Plus, there are still places where Hernando doesn’t feel so comfortable publicly identifying as gender fluid. For example, many doctors’ offices still require patients to identify as “male or female” on intake forms. “If I'm going to the gynaecologist, and I want to talk to her about [gender identity], receiving this form starts making me feel a bit anxious,” says Hernando, “because I'm like, will she understand what I need to tell her?”
Overall, however, Hernando says that understanding themselves as a gender-fluid person has been a boon. “Because I know who I am, I can set very clear boundaries when I relate to certain people – boundaries that before I didn't put up because I felt like I had to be pleasing everyone all the time to be accepted,” says Hernando. For instance, they’ve been able to be more explicit with others about what feels comfortable for them sexually. “I've made this body's pleasure a priority, whatever that pleasure looks like,” they say – a priority that’s facilitated finding partners who show Hernando respect and make them feel safe.

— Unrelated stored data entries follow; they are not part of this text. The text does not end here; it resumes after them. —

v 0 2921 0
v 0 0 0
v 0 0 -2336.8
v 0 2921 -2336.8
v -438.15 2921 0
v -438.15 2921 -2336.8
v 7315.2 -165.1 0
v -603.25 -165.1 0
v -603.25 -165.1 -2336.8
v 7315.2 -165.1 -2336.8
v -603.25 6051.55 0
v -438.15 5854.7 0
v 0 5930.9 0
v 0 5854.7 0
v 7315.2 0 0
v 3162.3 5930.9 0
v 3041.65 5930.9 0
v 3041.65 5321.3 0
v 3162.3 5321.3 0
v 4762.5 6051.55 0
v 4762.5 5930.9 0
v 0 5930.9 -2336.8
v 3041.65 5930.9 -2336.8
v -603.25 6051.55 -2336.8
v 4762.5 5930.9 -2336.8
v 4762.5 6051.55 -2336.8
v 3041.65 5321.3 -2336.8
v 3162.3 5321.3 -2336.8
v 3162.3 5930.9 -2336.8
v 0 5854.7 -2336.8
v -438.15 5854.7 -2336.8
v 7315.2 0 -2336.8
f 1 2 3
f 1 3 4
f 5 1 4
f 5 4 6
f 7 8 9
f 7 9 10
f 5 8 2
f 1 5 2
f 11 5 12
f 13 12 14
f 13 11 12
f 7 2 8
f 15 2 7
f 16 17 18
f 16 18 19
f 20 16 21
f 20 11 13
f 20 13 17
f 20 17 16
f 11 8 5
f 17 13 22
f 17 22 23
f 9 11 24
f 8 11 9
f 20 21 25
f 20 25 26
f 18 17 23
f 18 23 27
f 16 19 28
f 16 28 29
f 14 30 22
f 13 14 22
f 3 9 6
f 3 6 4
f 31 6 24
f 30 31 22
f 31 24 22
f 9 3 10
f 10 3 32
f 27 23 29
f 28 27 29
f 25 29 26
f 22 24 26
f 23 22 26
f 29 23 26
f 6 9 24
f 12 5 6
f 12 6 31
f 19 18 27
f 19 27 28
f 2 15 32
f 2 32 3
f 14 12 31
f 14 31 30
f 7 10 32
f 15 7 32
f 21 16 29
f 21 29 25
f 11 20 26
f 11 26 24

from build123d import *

# Parameters (mm, degrees)
F1_DEPTH = 2336.8


with BuildPart() as f1:
    # F0 (on Top) → F1 (new body)
    with BuildSketch(Plane.XY):
        Polygon((7315.2, 0), (0, 0), (0, 2921), (-438.15, 2921), (-438.15, 5854.7), (0, 5854.7), (0, 5930.9), (3041.65, 5930.9), (3041.65, 5321.3), (3162.3, 5321.3), (3162.3, 5930.9), (4762.5, 5930.9), (4762.5, 6051.55), (0, 6051.55), (-603.25, 6051.55), (-603.25, -165.1), (7315.2, -165.1), align=None)
    extrude(amount=-F1_DEPTH)


solid = f1.part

Rise in young people expressing gender fluidity
Some data indicates experiences like Hernando’s may be on the rise. According to Diamond’s research from 2020, the number of children and adolescents reporting gender identities or expressions that differ from what they were assigned at birth is growing.

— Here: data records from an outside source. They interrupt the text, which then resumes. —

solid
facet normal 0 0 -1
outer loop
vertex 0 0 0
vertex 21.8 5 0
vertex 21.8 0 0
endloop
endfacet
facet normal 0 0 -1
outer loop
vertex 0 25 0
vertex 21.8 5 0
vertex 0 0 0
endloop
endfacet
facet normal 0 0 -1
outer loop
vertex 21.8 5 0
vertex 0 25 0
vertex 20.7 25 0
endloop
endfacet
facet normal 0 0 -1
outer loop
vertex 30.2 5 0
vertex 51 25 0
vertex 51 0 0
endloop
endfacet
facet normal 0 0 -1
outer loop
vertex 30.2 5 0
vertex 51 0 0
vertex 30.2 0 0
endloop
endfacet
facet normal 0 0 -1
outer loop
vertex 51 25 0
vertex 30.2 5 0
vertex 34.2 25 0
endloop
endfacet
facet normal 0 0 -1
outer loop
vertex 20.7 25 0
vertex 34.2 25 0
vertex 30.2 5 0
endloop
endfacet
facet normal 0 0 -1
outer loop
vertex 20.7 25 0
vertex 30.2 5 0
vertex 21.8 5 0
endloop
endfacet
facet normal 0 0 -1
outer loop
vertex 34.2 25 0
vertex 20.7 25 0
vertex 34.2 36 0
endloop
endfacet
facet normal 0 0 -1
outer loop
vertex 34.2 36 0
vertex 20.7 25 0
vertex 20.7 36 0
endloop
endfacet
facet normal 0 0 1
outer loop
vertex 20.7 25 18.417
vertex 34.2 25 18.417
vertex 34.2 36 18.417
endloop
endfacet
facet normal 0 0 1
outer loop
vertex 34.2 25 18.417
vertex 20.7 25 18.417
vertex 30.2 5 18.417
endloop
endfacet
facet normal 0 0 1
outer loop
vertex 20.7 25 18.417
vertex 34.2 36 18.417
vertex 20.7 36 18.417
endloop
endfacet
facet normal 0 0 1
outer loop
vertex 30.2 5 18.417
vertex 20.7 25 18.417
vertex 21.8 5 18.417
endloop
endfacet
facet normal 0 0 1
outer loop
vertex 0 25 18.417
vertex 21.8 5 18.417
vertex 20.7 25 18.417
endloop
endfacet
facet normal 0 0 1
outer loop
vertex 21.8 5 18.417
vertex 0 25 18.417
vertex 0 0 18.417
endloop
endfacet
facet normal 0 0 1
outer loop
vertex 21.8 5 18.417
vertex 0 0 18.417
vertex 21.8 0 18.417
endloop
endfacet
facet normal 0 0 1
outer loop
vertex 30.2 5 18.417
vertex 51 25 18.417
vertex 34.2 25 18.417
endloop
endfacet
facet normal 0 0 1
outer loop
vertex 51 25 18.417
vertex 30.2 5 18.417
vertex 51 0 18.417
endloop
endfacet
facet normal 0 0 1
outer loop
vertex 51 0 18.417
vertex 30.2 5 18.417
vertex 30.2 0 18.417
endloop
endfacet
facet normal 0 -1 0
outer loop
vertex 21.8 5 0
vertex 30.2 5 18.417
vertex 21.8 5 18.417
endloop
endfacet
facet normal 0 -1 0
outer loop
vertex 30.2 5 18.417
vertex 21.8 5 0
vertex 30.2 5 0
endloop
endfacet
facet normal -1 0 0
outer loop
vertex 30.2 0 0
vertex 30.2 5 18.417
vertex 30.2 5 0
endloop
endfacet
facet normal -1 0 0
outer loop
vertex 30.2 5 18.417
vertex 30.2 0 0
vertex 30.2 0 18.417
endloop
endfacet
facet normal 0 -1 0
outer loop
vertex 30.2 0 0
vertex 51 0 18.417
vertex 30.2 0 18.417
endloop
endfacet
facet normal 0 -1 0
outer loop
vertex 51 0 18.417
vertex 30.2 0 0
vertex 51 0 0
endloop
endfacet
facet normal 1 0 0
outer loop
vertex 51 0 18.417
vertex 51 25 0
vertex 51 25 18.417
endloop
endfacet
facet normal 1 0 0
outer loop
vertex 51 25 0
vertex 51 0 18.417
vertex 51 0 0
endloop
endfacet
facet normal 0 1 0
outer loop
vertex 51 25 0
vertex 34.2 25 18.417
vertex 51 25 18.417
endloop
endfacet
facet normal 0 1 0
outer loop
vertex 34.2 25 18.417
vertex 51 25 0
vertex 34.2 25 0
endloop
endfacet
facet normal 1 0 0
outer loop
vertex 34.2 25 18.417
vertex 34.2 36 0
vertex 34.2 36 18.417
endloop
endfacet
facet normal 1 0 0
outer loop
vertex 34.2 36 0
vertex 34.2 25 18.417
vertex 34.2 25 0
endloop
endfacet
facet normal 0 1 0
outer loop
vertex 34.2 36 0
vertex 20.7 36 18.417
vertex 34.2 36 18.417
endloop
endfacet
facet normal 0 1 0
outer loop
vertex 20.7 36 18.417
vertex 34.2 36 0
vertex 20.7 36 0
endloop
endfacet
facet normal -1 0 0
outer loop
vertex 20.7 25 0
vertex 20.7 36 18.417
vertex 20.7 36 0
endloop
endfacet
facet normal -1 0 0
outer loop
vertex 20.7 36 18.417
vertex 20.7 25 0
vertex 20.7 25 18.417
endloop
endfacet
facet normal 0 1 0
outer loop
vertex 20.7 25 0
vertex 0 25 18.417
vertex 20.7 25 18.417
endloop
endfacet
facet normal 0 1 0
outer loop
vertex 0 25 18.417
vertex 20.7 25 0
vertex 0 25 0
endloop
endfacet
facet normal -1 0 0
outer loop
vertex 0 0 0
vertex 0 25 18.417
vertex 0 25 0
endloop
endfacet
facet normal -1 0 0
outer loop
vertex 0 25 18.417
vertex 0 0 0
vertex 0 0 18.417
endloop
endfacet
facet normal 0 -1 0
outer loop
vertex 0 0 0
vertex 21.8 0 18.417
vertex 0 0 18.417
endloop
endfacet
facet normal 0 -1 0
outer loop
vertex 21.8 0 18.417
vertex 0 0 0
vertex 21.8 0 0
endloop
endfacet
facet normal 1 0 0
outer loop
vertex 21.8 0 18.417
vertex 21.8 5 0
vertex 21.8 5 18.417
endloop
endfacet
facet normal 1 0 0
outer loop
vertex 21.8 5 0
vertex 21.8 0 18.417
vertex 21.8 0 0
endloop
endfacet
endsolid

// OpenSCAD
y1=0;
y2=5;
y3=25;
y4=25+11;
y_gable=-3;
x1=0;
x2=20.7;
x3=21.8;
gableExtraWidth=1;
x3_gable=x3-gableExtraWidth;
x4=x3 + 8.4;
x4_gable=x4+gableExtraWidth;
x5=x2+13.5;
x6=x5+16.8;
twoFloorHeight = 18 + 5/12;
peakHeight = twoFloorHeight+((y3-y1)/2 + 1)*6/12;
gableHeight = twoFloorHeight+((x4_gable-x3_gable)/2+1)*10/12;
backRoofHeight = twoFloorHeight+((x5-x2)/2+1)*6/12;

echo([x1,x2,x3,x4,x5,x6]);

// original structure
color("FireBrick")
linear_extrude(height = twoFloorHeight)
polygon(points = [[x1,y1], [x3,y1], [x3,y2], [x4,y2], [x4,y1], [x6,y1], [x6,y3], [x5,y3], [x5,y4], [x2,y4], [x2,y3], [x1,y3]], convexity=10);

color("LightGrey")
polyhedron(
    points = [
        [x1-1,y1-1,twoFloorHeight],
        [x3_gable-1,y1-1,twoFloorHeight],
        [x3_gable-1,y_gable,twoFloorHeight],
        [x4_gable+1,y_gable,twoFloorHeight],
        [x4_gable+1,y1-1,twoFloorHeight],
        [x6+1,y1-1,twoFloorHeight],
        [x6+1,y3+1,twoFloorHeight],
        [x5+1,y3+1,twoFloorHeight],
        [x5+1,y4+1,twoFloorHeight],
        [x2-1,y4+1,twoFloorHeight],
        [x2-1,y3+1,twoFloorHeight],
        /* 11 */ [x1-1,y3+1,twoFloorHeight],

        [x1+(y3-y1)/2,y1+(y3-y1)/2, peakHeight],
        [x6-(y3-y1)/2,y1+(y3-y1)/2, peakHeight],

        [(x3_gable+x4_gable)/2,y_gable, gableHeight],
        [(x3_gable+x4_gable)/2,y1+(y3/2) * (gableHeight-twoFloorHeight)/(peakHeight-twoFloorHeight), gableHeight],

        [(x2+x5)/2,y4, backRoofHeight],
        [(x2+x5)/2,y3-(y3/2) * (backRoofHeight-twoFloorHeight)/(peakHeight-twoFloorHeight), backRoofHeight],
    ],
    faces=[
        [0,1,2,3,4,5,6,7,8,9,10,11],
        [0,11,12],
        [5,6,13],
        [0,1,15,4,5,13,12],
        [6,7,17,10,11, 12,13],

        // gable
        [2,3,14],
        [1,2,14,15],
        [4,3,14,15],

        // back arch
        [7,8,16,17],
        [9,10,17,16],
        [8,9,16],
    ],
    convexity=10
);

In a 2018 study of more than 80,000 9th and 11th graders in Minnesota, US, 3% said they saw themselves as “transgender, genderqueer, gender fluid, or unsure of their gender identity”. In a 2015 Splinter magazine poll cited in Diamond’s paper, in which researchers surveyed more than 1,000 young adults, more than half of millennials said they “believed that gender exists on a spectrum and should not be limited to male and female categories”.
However, Diamond believes this doesn’t indicate that gender fluidity is a new phenomenon. “The rise in expressions for gender fluidity doesn’t mean there’s a new experience happening in the world,” she says. “There’s a new vocabulary available to describe what’s been happening in the world.”

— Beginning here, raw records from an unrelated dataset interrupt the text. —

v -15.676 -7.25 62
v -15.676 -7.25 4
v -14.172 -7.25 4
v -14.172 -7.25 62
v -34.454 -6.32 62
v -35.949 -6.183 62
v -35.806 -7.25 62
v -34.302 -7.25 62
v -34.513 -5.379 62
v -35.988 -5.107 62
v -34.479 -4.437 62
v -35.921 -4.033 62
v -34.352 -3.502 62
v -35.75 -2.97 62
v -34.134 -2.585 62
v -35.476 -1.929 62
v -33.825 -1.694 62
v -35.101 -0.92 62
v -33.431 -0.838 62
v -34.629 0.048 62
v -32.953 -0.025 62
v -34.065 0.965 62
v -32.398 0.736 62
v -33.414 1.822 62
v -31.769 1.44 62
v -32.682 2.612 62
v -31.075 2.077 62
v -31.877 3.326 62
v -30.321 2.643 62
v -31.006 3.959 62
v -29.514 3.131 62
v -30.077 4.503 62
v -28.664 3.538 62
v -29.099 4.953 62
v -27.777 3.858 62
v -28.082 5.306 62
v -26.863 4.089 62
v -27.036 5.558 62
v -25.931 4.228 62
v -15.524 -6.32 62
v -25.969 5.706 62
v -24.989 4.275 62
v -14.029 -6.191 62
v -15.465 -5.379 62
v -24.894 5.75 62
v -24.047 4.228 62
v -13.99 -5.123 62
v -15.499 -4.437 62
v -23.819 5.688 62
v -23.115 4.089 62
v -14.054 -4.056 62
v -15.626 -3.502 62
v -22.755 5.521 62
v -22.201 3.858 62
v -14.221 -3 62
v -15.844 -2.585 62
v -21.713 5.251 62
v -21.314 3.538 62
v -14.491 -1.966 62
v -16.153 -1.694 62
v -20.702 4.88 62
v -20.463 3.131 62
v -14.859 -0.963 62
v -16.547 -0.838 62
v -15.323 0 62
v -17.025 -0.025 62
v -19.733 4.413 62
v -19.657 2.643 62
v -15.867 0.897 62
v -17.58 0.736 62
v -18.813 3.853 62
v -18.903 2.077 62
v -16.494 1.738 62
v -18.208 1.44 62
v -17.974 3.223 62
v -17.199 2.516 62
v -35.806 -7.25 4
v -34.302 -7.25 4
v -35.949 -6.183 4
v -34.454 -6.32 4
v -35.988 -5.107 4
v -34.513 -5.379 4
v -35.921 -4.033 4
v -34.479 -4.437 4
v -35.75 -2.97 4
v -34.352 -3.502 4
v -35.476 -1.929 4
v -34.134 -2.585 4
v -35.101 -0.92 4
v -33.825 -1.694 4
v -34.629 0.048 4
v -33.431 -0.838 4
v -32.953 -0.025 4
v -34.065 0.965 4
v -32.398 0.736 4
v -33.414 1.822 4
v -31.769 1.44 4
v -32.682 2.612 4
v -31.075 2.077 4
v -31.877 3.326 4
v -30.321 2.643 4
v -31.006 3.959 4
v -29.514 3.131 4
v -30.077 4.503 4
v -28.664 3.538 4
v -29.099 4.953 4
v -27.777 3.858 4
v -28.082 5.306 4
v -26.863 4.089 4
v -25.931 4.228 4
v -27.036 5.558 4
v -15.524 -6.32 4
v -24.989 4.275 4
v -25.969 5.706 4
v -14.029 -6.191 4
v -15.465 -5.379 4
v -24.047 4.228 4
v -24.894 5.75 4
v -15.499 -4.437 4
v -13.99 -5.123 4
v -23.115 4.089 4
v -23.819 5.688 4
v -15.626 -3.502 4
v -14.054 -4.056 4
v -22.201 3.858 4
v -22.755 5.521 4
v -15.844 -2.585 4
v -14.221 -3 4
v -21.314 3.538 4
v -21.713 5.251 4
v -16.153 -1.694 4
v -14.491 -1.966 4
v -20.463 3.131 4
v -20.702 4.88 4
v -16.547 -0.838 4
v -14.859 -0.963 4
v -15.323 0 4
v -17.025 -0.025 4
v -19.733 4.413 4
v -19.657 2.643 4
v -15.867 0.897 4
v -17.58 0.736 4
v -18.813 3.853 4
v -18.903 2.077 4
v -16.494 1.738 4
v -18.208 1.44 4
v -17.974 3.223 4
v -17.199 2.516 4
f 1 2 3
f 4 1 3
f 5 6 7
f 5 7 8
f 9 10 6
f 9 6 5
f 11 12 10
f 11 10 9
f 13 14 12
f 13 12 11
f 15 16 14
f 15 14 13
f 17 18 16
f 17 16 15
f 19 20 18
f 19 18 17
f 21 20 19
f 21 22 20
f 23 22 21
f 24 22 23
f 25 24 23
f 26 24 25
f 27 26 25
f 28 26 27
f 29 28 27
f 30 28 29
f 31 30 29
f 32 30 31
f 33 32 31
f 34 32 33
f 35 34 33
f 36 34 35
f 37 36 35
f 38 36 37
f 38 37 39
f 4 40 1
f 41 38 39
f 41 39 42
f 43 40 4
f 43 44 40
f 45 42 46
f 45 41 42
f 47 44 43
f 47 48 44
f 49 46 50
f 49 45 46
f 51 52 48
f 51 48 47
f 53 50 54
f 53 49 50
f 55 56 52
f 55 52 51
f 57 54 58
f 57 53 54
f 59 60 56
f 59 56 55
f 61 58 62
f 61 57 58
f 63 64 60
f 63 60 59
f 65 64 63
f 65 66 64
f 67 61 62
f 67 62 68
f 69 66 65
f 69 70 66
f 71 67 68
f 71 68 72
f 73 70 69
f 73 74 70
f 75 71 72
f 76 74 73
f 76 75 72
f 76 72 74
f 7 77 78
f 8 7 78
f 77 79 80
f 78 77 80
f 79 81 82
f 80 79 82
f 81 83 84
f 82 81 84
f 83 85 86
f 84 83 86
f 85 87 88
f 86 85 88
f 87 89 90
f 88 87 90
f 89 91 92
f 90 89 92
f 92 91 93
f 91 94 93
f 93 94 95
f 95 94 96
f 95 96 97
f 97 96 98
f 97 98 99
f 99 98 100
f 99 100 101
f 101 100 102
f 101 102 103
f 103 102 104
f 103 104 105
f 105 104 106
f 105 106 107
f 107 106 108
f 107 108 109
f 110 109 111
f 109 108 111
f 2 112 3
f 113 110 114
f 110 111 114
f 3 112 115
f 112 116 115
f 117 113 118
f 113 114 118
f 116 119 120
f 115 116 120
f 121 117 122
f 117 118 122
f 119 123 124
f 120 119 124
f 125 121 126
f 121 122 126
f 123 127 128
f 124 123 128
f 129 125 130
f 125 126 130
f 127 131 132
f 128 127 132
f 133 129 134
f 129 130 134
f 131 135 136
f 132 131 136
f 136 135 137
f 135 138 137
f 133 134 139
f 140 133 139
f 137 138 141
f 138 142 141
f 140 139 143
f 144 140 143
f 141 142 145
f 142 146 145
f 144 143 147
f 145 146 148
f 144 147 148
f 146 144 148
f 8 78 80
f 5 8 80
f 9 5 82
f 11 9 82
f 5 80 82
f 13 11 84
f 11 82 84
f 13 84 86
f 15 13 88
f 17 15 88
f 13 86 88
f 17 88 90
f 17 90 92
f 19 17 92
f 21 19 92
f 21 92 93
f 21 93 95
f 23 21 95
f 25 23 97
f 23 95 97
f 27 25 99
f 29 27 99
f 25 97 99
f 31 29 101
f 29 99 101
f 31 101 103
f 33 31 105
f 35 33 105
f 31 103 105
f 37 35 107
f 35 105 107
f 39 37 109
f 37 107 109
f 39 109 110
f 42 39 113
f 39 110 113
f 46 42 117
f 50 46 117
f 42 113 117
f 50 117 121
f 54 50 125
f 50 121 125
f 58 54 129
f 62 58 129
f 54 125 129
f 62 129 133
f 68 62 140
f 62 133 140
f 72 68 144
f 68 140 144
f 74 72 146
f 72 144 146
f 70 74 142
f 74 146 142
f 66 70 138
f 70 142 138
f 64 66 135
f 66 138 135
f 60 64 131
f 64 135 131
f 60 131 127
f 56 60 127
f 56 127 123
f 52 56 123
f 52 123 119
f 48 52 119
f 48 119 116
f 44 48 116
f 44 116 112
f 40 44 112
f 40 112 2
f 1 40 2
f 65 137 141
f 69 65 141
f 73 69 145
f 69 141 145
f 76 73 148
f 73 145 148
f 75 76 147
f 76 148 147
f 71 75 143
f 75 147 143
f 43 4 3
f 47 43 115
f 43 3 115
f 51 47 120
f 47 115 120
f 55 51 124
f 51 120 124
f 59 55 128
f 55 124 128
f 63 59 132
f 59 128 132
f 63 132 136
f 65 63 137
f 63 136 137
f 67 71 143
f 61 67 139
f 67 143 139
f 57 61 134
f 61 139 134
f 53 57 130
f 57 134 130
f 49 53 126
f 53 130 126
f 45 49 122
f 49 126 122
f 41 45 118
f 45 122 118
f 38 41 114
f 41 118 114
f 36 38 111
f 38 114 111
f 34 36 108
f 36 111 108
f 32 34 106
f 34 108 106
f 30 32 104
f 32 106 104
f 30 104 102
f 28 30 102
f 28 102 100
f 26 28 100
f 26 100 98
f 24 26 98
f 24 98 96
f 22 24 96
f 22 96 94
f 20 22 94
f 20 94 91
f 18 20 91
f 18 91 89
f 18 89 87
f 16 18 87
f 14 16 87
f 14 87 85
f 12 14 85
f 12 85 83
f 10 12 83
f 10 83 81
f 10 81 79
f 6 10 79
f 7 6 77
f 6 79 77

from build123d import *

# Parameters (mm, degrees)
F0_R     = 1
F1_DEPTH = 2
F3_DEPTH = 2
F5_DEPTH = 60
F6_W     = 84.123355
F6_H     = 40.454367
F7_DEPTH = 4


with BuildPart() as f1:
    # F0 (on Top) → F1 (new body)
    with BuildSketch(Plane.XY):
        with BuildLine():
            Line((-3.751696, 3.78006), (-3.109909, 2.896716))
            ThreePointArc((-3.109909, 2.896716), (-3.438322, 2.498087), (-3.715956, 2.062565))
            Line((-3.715956, 2.062565), (-4.754388, 2.399972))
            Line((-4.754388, 2.399972), (-5.817595, 2.320708))
            Line((-5.817595, 2.320708), (-6.070611, 1.542005))
            Line((-6.070611, 1.542005), (-5.257049, 0.852941))
            Line((-5.257049, 0.852941), (-4.218616, 0.515534))
            ThreePointArc((-4.218616, 0.515534), (-4.25, 0), (-4.218616, -0.515534))
            Line((-4.218616, -0.515534), (-5.257049, -0.852941))
            Line((-5.257049, -0.852941), (-6.070611, -1.542005))
            Line((-6.070611, -1.542005), (-5.817595, -2.320708))
            Line((-5.817595, -2.320708), (-4.754388, -2.399972))
            Line((-4.754388, -2.399972), (-3.715956, -2.062565))
            ThreePointArc((-3.715956, -2.062565), (-3.438322, -2.498087), (-3.109909, -2.896716))
            Line((-3.109909, -2.896716), (-3.751696, -3.78006))
            Line((-3.751696, -3.78006), (-4.00486, -4.815724))
            Line((-4.00486, -4.815724), (-3.342456, -5.296989))
            Line((-3.342456, -5.296989), (-2.435713, -4.736177))
            Line((-2.435713, -4.736177), (-1.793926, -3.852834))
            ThreePointArc((-1.793926, -3.852834), (-1.313322, -4.04199), (-0.813322, -4.171451))
            Line((-0.813322, -4.171451), (-0.813322, -5.263324))
            Line((-0.813322, -5.263324), (-0.409388, -6.25))
            Line((-0.409388, -6.25), (0.409388, -6.25))
            Line((0.409388, -6.25), (0.813322, -5.263324))
            Line((0.813322, -5.263324), (0.813322, -4.171451))
            ThreePointArc((0.813322, -4.171451), (1.313322, -4.04199), (1.793926, -3.852834))
            Line((1.793926, -3.852834), (2.435713, -4.736177))
            Line((2.435713, -4.736177), (3.342456, -5.296989))
            Line((3.342456, -5.296989), (4.00486, -4.815724))
            Line((4.00486, -4.815724), (3.751696, -3.78006))
            Line((3.751696, -3.78006), (3.109909, -2.896716))
            ThreePointArc((3.109909, -2.896716), (3.438322, -2.498087), (3.715956, -2.062565))
            Line((3.715956, -2.062565), (4.754388, -2.399972))
            Line((4.754388, -2.399972), (5.817595, -2.320708))
            Line((5.817595, -2.320708), (6.070611, -1.542005))
            Line((6.070611, -1.542005), (5.257049, -0.852941))
            Line((5.257049, -0.852941), (4.218616, -0.515534))
            ThreePointArc((4.218616, -0.515534), (4.25, 0), (4.218616, 0.515534))
            Line((4.218616, 0.515534), (5.257049, 0.852941))
            Line((5.257049, 0.852941), (6.070611, 1.542005))
            Line((6.070611, 1.542005), (5.817595, 2.320708))
            Line((5.817595, 2.320708), (4.754388, 2.399972))
            Line((4.754388, 2.399972), (3.715956, 2.062565))
            ThreePointArc((3.715956, 2.062565), (3.438322, 2.498087), (3.109909, 2.896716))
            Line((3.109909, 2.896716), (3.751696, 3.78006))
            Line((3.751696, 3.78006), (4.00486, 4.815724))
            Line((4.00486, 4.815724), (3.342456, 5.296989))
            Line((3.342456, 5.296989), (2.435713, 4.736177))
            Line((2.435713, 4.736177), (1.793926, 3.852834))
            ThreePointArc((1.793926, 3.852834), (1.313322, 4.04199), (0.813322, 4.171451))
            Line((0.813322, 4.171451), (0.813322, 5.263324))
            Line((0.813322, 5.263324), (0.409388, 6.25))
            Line((0.409388, 6.25), (-0.409388, 6.25))
            Line((-0.409388, 6.25), (-0.813322, 5.263324))
            Line((-0.813322, 5.263324), (-0.813322, 4.171451))
            ThreePointArc((-0.813322, 4.171451), (-1.313322, 4.04199), (-1.793926, 3.852834))
            Line((-1.793926, 3.852834), (-2.435713, 4.736177))
            Line((-2.435713, 4.736177), (-3.342456, 5.296989))
            Line((-3.342456, 5.296989), (-4.00486, 4.815724))
            Line((-4.00486, 4.815724), (-3.751696, 3.78006))
        make_face()
        Circle(F0_R, mode=Mode.SUBTRACT)
    extrude(amount=F1_DEPTH)

    # F2 (on face) → F3 (join)
    with BuildSketch(Plane.XY.offset(2)):
        with BuildLine():
            ThreePointArc((-34.301606, -7.25), (-24.988946, 4.275), (-15.676287, -7.25))
            Line((-15.676287, -7.25), (-14.172292, -7.25))
            ThreePointArc((-14.172292, -7.25), (-14.124852, -3.526211), (-15.322639, 0))
            Line((-15.322639, 0), (-5.88111, 2.12523))
            Line((-5.88111, 2.12523), (-5.817595, 2.320708))
            Line((-5.817595, 2.320708), (-4.754388, 2.399972))
            Line((-4.754388, 2.399972), (-4.715983, 2.387493))
            Line((-4.715983, 2.387493), (-3.27176, 2.712579))
            ThreePointArc((-3.27176, 2.712579), (-3.192163, 2.805815), (-3.109909, 2.896716))
            Line((-3.109909, 2.896716), (-3.751696, 3.78006))
            Line((-3.751696, 3.78006), (-4.00486, 4.815724))
            Line((-4.00486, 4.815724), (-3.342456, 5.296989))
            Line((-3.342456, 5.296989), (-2.435713, 4.736177))
            Line((-2.435713, 4.736177), (-1.793926, 3.852834))
            ThreePointArc((-1.793926, 3.852834), (-1.313322, 4.04199), (-0.813322, 4.171451))
            Line((-0.813322, 4.171451), (-0.813322, 5.263324))
            Line((-0.813322, 5.263324), (-0.453438, 6.142401))
            Line((-0.453438, 6.142401), (-18.813315, 3.852834))
            ThreePointArc((-18.813315, 3.852834), (-31.005839, 3.958528), (-35.8056, -7.25))
            Line((-35.8056, -7.25), (-34.301606, -7.25))
        make_face()
    extrude(amount=-F3_DEPTH)

    # F4 (on face) → F5 (join)
    with BuildSketch(Plane.XY.offset(2)):
        with BuildLine():
            Line((-15.676287, -7.25), (-14.172292, -7.25))
            ThreePointArc((-14.172292, -7.25), (-14.124852, -3.526211), (-15.322639, 0))
            ThreePointArc((-15.322639, 0), (-16.837085, 2.135605), (-18.813315, 3.852834))
            ThreePointArc((-18.813315, 3.852834), (-31.005839, 3.958528), (-35.8056, -7.25))
            Line((-35.8056, -7.25), (-34.301606, -7.25))
            ThreePointArc((-34.301606, -7.25), (-24.988946, 4.275), (-15.676287, -7.25))
        make_face()
    extrude(amount=F5_DEPTH)

    # F6 (on Top) → F7 (cut)
    with BuildSketch(Plane.XY):
        with Locations((-13.661468, 5.350011)):
            Rectangle(F6_W, F6_H)
    extrude(amount=F7_DEPTH, mode=Mode.SUBTRACT)


solid = f1.part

That vocabulary, she suggests, has spread widely via the internet. “[The internet] gave people in their basements who’d never even heard of transgender or queer or anything, from Mozambique to France to Nebraska, [the ability] to instantly and with no financial cost find their experiences reflected back to them in the voices of others,” she says. “That was unthinkable for those of us who came of age… in the pre-internet era.”
Since Hernando says they haven’t seen extensive conversations surrounding gender fluidity in Barcelona and Spain at large, they’ve relied plenty on the internet to get information. They’ve particularly turned to social-media accounts by gender fluid or non-binary people in the US and UK, where they see these conversations happening more widely and openly. “It feels like there’s more awareness about this than here,” they say, adding about Spain, “we’re on our way.”
Even as they feel there’s still work to be done, Hernando is finding themselves in a positive place, particularly as they no longer feel the need to please people who assign them gendered characteristics, like by calling them a “pretty girl”. As Hernando says, “Something really, really powerful happens when… you do not need that validation [from others about your identity] anymore, because you're really happy with who you are.”